46 posts in 760 days


#11 posted 03-27-2019 04:56 PM


Rob – Do you have any suggestions on blades? I was actually quite surprised in how well the stock high-tooth count blade handles the thick cuts. I am sure the super-thin kerf has a lot to do with that. I imagine the Makita engineers went that route to keep the cordless from feeling under powered. But it is very flimsy. I was wondering if one of the blades for the corded model would give me more solid cuts.
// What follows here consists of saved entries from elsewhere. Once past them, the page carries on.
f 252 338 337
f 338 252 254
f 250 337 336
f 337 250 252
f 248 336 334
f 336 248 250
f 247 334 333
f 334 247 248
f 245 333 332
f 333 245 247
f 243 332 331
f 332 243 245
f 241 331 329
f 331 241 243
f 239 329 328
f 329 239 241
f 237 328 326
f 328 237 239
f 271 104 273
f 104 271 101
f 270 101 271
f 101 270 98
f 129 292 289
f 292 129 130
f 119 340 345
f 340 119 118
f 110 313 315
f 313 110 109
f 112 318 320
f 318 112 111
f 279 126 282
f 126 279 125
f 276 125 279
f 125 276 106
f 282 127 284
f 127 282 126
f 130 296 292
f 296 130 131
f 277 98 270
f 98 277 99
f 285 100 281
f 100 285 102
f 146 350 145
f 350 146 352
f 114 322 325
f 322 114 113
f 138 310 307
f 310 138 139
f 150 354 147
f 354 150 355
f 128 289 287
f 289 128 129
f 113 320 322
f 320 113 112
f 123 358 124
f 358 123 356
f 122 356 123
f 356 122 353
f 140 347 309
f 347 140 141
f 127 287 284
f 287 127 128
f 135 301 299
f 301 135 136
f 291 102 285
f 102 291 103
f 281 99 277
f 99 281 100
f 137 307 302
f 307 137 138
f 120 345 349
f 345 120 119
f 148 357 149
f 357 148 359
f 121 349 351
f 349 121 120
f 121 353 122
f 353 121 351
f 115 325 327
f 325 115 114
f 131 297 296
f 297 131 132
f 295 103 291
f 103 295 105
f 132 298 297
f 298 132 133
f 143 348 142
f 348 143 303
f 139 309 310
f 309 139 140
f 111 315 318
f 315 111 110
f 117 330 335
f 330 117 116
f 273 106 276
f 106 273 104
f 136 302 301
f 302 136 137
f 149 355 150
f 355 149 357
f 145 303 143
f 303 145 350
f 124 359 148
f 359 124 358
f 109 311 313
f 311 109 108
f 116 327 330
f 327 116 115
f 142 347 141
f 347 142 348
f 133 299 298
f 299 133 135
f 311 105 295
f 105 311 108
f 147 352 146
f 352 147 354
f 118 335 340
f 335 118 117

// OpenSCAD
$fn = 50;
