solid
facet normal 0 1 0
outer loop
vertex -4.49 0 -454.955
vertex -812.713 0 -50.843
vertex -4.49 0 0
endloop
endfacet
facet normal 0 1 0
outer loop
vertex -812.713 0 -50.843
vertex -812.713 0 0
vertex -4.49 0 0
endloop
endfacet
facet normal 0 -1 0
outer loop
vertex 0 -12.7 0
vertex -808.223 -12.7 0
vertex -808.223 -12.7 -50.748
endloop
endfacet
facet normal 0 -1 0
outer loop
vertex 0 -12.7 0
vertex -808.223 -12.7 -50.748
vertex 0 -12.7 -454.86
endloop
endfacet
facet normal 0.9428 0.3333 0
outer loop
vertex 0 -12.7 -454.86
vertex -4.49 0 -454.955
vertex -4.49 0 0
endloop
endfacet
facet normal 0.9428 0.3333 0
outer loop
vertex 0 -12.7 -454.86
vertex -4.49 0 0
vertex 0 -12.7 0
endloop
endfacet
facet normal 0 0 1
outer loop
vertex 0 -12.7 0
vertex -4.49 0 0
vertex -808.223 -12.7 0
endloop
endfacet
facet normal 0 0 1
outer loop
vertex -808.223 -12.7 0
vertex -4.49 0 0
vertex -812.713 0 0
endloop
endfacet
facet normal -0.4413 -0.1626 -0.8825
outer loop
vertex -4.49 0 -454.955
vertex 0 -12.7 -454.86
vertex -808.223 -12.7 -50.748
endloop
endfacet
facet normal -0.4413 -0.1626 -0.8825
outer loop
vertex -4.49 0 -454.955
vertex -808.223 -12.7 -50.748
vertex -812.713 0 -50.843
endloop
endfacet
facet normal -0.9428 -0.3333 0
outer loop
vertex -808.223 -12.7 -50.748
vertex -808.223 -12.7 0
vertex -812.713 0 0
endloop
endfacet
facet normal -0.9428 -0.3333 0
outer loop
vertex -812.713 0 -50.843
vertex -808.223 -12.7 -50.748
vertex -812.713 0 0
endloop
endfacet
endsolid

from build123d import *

# Parameters (mm, degrees)
F1_DEPTH      = 12.7
F6_DEPTH      = 511.1661396565
F6_DEPTH_BACK = 511.1661396565
F7_DEPTH      = 457.201


with BuildPart() as f1:
    # F0 (on Front) → F1 (new body)
    with BuildSketch(Plane.XZ):
        Polygon((0, -457.2), (0, 0), (-914.4, 0), align=None)
    extrude(amount=F1_DEPTH)

    # F5 (on face) → F6 (cut, two sides)
    with BuildSketch(Plane(origin=(-274.32, 0, 137.16), x_dir=(0, -1, 0), z_dir=(-0.894427191, 0, 0.4472135955))) as f6_sk:
        Polygon((12.7, -406.8387485734), (0, -408.9321117252), (12.7, -408.9321117252), align=None)
    extrude(amount=-F6_DEPTH, mode=Mode.SUBTRACT)
    extrude(f6_sk.sketch, amount=F6_DEPTH_BACK, mode=Mode.SUBTRACT)

    # F2 (on face) → F7 (cut, through all)
    with BuildSketch(Plane.XY):
        Polygon((-914.4, -12.7), (-808.223047, -12.7), (-812.7131750519, 0), (-914.4, 0), align=None)
        Polygon((-4.4901280519, 0), (0, -12.7), (0, 0), align=None)
    extrude(amount=-F7_DEPTH, mode=Mode.SUBTRACT)


solid = f1.part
I am sure it would affect the run time but it is not like I am doing production work and I have a couple of extra batteries to keep charged and running.

Thanks, George

- gtrgeo

I have the corded but assumed it was the same blade. I could be wrong. I have not purchased a rip blade yet, but have been looking at the slightly smaller ones for the Festool saws. Makita does make a 165mm one.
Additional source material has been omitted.